Danke für eure Antworten. Die Sache mit dem COM-Port gefällt mir, auch wenn USB die profesionelle Lösung wäre. Da werde ich mich mal einlesen. 

So schwer kann das ja nicht sein! Ob es noch COM-Port-Controller für PCI gibt?

Dann noch ne Frage:
Wenn man ein Joystick an den PC anschließt, kann man die Tasten auch selbst verwalten/programmieren für normale Windows-Anwendungen oder geht das nur in spielen? Denn ich habe grad was interessantes gefunden: Universal 12-Bit Joystick Controller BU0836X

Wie ich das verstehe wird das Teil per USB angeschlossen und als Joystick erkannt. Was haltet ihr davon?
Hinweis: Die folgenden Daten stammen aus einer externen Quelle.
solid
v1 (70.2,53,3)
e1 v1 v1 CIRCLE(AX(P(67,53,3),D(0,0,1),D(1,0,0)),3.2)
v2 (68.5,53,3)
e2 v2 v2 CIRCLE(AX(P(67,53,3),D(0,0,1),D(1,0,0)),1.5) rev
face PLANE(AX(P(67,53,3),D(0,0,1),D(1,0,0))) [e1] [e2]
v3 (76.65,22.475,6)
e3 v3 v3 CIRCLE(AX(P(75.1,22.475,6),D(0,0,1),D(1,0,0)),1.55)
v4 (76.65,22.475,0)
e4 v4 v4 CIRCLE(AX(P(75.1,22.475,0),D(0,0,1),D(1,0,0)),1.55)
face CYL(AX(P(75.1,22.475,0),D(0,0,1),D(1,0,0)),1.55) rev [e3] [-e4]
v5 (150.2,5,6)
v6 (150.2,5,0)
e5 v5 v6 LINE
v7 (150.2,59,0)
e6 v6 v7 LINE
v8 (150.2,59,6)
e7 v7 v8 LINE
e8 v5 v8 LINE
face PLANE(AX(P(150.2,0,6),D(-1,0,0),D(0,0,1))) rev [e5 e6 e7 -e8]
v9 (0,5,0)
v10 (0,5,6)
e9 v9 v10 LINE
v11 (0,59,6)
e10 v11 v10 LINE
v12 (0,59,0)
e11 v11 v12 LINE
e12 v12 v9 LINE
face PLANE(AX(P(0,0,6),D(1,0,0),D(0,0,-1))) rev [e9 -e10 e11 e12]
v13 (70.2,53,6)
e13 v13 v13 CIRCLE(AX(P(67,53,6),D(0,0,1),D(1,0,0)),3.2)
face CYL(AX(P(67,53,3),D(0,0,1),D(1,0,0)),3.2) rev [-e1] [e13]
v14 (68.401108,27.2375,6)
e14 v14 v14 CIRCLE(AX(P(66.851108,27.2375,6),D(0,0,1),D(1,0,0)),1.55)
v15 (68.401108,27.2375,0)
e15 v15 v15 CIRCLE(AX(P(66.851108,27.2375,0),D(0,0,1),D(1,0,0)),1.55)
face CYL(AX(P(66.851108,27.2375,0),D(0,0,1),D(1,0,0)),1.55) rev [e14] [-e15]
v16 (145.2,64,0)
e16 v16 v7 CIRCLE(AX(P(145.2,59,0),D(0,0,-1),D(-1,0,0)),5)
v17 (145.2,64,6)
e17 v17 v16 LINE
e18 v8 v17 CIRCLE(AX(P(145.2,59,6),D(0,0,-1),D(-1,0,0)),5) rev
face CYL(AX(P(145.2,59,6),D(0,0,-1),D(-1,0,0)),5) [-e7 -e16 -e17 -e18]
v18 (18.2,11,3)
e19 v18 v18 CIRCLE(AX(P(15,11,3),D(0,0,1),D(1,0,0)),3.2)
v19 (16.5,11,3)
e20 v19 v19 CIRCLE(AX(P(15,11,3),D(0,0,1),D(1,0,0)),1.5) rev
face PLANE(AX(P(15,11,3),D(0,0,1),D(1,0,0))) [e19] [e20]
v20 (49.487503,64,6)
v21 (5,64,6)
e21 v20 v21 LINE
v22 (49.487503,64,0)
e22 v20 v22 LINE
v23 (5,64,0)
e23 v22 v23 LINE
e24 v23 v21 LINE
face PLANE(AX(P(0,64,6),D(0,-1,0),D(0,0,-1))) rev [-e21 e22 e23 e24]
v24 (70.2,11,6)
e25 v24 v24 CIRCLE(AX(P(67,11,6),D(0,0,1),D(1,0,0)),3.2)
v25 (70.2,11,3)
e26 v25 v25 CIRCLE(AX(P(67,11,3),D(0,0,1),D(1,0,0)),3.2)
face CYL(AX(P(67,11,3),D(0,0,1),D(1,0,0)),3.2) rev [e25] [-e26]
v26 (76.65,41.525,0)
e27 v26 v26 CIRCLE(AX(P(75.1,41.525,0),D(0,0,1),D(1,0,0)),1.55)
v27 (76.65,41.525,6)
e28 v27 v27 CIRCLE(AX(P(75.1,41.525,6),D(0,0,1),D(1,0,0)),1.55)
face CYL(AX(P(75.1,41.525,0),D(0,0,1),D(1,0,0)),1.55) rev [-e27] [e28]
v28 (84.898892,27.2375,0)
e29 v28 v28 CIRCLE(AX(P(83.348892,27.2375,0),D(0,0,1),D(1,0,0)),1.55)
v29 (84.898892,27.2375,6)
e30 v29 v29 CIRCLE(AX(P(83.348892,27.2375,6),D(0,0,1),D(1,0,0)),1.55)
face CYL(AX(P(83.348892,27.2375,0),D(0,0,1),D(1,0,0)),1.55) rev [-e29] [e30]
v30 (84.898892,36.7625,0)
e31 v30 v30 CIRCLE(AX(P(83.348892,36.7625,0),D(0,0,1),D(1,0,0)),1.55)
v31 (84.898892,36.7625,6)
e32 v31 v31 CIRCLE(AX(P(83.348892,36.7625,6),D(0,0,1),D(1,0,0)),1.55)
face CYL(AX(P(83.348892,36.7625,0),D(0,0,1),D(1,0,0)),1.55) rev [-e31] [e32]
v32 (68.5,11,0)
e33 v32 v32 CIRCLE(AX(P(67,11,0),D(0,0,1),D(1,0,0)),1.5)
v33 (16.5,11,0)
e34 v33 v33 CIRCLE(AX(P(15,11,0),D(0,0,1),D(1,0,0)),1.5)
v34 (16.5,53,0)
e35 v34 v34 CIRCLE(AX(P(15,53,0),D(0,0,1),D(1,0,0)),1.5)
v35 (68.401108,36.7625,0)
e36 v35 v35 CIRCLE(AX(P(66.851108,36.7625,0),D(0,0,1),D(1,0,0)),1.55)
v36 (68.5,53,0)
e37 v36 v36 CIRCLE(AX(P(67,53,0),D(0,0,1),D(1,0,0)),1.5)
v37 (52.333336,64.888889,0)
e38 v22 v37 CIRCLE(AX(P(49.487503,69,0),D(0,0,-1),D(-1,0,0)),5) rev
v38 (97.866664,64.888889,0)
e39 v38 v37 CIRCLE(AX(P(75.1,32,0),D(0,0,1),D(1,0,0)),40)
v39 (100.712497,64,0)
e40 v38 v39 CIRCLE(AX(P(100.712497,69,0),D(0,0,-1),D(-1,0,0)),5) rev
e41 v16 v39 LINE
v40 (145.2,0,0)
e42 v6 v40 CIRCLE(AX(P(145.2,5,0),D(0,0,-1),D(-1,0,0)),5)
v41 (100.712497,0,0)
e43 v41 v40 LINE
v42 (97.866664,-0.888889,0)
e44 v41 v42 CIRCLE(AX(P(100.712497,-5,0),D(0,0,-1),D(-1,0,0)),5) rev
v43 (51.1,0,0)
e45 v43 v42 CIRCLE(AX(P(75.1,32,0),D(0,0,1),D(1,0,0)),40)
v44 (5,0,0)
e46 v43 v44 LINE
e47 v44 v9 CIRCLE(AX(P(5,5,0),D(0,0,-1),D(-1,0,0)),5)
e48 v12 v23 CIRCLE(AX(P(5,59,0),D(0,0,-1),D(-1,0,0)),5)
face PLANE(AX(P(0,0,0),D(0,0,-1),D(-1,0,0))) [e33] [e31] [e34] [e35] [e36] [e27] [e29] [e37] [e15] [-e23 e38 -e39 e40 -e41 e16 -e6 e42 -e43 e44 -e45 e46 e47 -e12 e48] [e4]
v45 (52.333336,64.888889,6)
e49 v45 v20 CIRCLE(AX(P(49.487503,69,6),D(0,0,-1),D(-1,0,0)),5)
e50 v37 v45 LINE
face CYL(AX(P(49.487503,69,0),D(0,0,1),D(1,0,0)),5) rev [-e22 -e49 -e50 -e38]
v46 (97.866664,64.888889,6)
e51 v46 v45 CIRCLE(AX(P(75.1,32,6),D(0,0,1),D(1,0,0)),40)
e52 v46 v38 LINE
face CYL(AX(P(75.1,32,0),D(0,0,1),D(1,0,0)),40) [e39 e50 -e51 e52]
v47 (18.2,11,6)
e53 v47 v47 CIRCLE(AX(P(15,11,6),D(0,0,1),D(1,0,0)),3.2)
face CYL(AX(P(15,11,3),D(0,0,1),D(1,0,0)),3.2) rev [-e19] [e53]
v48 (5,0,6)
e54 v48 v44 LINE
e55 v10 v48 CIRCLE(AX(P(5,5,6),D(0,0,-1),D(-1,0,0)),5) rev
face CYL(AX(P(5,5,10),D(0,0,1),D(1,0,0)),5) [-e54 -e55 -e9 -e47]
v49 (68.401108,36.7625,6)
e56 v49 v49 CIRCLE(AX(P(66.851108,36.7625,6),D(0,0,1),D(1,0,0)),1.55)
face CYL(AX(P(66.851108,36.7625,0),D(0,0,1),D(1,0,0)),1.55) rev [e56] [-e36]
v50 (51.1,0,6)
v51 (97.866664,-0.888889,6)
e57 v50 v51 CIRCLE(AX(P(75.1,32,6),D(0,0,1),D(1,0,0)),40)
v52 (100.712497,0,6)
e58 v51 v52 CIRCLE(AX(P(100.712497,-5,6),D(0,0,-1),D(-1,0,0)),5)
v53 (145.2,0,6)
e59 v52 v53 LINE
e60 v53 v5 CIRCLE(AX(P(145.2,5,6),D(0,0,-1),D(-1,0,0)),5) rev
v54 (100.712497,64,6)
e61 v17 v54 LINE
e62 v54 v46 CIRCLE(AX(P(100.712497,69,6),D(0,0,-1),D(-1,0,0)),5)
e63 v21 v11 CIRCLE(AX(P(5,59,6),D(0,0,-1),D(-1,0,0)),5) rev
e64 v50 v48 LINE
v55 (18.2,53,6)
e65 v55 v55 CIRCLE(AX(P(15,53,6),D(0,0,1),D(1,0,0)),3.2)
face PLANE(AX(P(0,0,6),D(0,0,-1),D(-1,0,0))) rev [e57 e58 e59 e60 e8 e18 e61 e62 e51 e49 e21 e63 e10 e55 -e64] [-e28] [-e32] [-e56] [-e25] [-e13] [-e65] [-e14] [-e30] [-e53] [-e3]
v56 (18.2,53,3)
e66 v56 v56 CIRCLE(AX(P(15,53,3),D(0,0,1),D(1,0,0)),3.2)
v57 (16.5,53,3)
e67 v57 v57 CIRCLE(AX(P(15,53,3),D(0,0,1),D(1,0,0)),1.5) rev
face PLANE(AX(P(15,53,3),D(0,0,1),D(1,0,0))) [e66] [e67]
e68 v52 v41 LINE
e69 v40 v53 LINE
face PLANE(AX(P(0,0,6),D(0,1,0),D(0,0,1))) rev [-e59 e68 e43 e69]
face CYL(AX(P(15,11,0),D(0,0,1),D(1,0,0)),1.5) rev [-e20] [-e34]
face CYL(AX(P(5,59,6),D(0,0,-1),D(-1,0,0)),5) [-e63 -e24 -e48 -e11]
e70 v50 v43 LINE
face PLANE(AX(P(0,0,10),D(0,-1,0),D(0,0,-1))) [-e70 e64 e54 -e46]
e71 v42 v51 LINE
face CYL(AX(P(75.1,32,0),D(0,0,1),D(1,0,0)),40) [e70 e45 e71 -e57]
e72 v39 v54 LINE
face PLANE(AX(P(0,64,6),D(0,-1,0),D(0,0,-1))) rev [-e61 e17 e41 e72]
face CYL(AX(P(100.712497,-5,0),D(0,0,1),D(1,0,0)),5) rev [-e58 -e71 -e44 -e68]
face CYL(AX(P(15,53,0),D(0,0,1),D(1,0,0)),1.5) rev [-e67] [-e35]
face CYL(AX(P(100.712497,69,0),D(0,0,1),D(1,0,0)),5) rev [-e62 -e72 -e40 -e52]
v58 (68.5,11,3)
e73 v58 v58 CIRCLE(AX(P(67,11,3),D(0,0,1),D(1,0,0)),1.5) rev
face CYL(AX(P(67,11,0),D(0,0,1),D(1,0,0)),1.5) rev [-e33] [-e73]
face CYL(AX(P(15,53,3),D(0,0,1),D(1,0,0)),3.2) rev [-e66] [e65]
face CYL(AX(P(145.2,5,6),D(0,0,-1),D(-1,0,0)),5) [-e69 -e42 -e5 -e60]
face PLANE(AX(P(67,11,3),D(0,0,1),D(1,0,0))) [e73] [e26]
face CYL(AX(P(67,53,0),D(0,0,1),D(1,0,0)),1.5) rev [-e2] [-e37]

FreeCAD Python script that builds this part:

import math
import FreeCAD as App
import Part
import Sketcher
Q = App.Units.Quantity


def edges_at(feature, points):
    """Names of the edges that pass closest to the given points."""
    edges = feature.Shape.Edges
    near = lambda p: min(range(len(edges)), key=lambda i: edges[i].distToShape(Part.Vertex(*p))[0])
    return sorted({f"Edge{near(p) + 1}" for p in points})

doc = App.newDocument("Part")
body = doc.addObject("PartDesign::Body", "Body")

# Sketch on XY plane
sketch1 = body.newObject("Sketcher::SketchObject", "Sketch")
sketch1.AttachmentSupport = (doc.getObject("XY_Plane"), [""])
sketch1.MapMode = "FlatFace"
sketch1.addGeometry(Part.LineSegment(App.Vector(0, 64, 0), App.Vector(0, 0, 0)), False)
sketch1.addGeometry(Part.LineSegment(App.Vector(0, 0, 0), App.Vector(150.2, 0, 0)), False)
sketch1.addGeometry(Part.LineSegment(App.Vector(150.2, 0, 0), App.Vector(150.2, 64, 0)), False)
sketch1.addGeometry(Part.LineSegment(App.Vector(150.2, 64, 0), App.Vector(0, 64, 0)), False)
sketch1.addConstraint(Sketcher.Constraint("Coincident", 0, 2, 1, 1))
sketch1.addConstraint(Sketcher.Constraint("Coincident", 1, 2, 2, 1))
sketch1.addConstraint(Sketcher.Constraint("Coincident", 2, 2, 3, 1))
sketch1.addConstraint(Sketcher.Constraint("Coincident", 3, 2, 0, 1))
sketch1.addConstraint(Sketcher.Constraint("Vertical", 0))
sketch1.addConstraint(Sketcher.Constraint("Horizontal", 1))
sketch1.addConstraint(Sketcher.Constraint("Vertical", 2))
sketch1.addConstraint(Sketcher.Constraint("Horizontal", 3))
sketch1.addConstraint(Sketcher.Constraint("Coincident", 0, 2, -1, 1))
sketch1.addConstraint(Sketcher.Constraint("DistanceY", 0, 2, 0, 1, Q("64 mm")))
sketch1.addConstraint(Sketcher.Constraint("DistanceX", 1, 1, 1, 2, Q("150.2 mm")))
pad1 = body.newObject("PartDesign::Pad", "Pad")
pad1.Profile = sketch1
pad1.Length = 6
doc.recompute()

fillet = body.newObject("PartDesign::Fillet", "Fillet")
fillet.Base = (pad1, edges_at(pad1, [
    (0, 64, 3),
    (150.2, 64, 3),
    (150.2, 0, 3),
    (0, 0, 3),
]))
fillet.Radius = 5

# Sketch on XZ plane
sketch2 = body.newObject("Sketcher::SketchObject", "Sketch001")
sketch2.AttachmentSupport = (doc.getObject("XZ_Plane"), [""])
sketch2.MapMode = "FlatFace"
sketch2.addGeometry(Part.LineSegment(App.Vector(0, 6, 0), App.Vector(0, 0, 0)), False)
sketch2.addGeometry(Part.LineSegment(App.Vector(0, 0, 0), App.Vector(60, 0, 0)), False)
sketch2.addGeometry(Part.LineSegment(App.Vector(60, 0, 0), App.Vector(60, 6, 0)), False)
sketch2.addGeometry(Part.LineSegment(App.Vector(60, 6, 0), App.Vector(0, 6, 0)), False)
sketch2.addConstraint(Sketcher.Constraint("Coincident", 0, 2, 1, 1))
sketch2.addConstraint(Sketcher.Constraint("Coincident", 1, 2, 2, 1))
sketch2.addConstraint(Sketcher.Constraint("Coincident", 2, 2, 3, 1))
sketch2.addConstraint(Sketcher.Constraint("Coincident", 3, 2, 0, 1))
sketch2.addConstraint(Sketcher.Constraint("Vertical", 0))
sketch2.addConstraint(Sketcher.Constraint("Horizontal", 1))
sketch2.addConstraint(Sketcher.Constraint("Vertical", 2))
sketch2.addConstraint(Sketcher.Constraint("Horizontal", 3))
sketch2.addConstraint(Sketcher.Constraint("Coincident", 0, 2, -1, 1))
sketch2.addConstraint(Sketcher.Constraint("DistanceX", 1, 1, 1, 2, Q("60 mm")))
sketch2.addConstraint(Sketcher.Constraint("DistanceY", 0, 2, 0, 1, Q("6 mm")))
pad2 = body.newObject("PartDesign::Pad", "Pad001")
pad2.Profile = sketch2
pad2.Type = "TwoLengths"
pad2.Length = 40
pad2.Length2 = 10
doc.recompute()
Wüsstet ihr noch ne alternative für mich? Ich dachte vielleicht zur Not eine Tastatur mit programmierbaren Tasten zu nehmen und diesen Tasten eine Aktion zuordnen und statt der Taste einen eigenen Taster/Knopf dranzulöten, aber ich glaube das geht bei den neueren Tastaturen nicht mehr, da die Buttons "draufgetropft" (Ich glaube so nennt man das) sind, also fest in die Platte verlötet. Oder irre ich mich da?


----------



## Bauer87 (22. Juli 2010)

Von Windows habe ich keine Ahnung, aber du könntest eine Tastenkombination nutzen. Allerdings haben Computer (zumindest intern auf dem Mainboard) doch immer noch COM-Anschlüsse.


----------



## dot (22. Juli 2010)

Vielleicht hilft es als Anregung -> Quiz Buzzer | Steffens Noteblog


----------



## nahkillo94 (23. Juli 2010)

Da muss ich mal nach ne COM-Port suchen. Aber das mit de Quiz Buzzern is echt genial. Eigentlich genau das was ich gesucht habe. Der verweist übrigens auf dieses Projekt: Flip's Blog, da isses noch besser beschrieben, falls jemand das auch machen will.


----------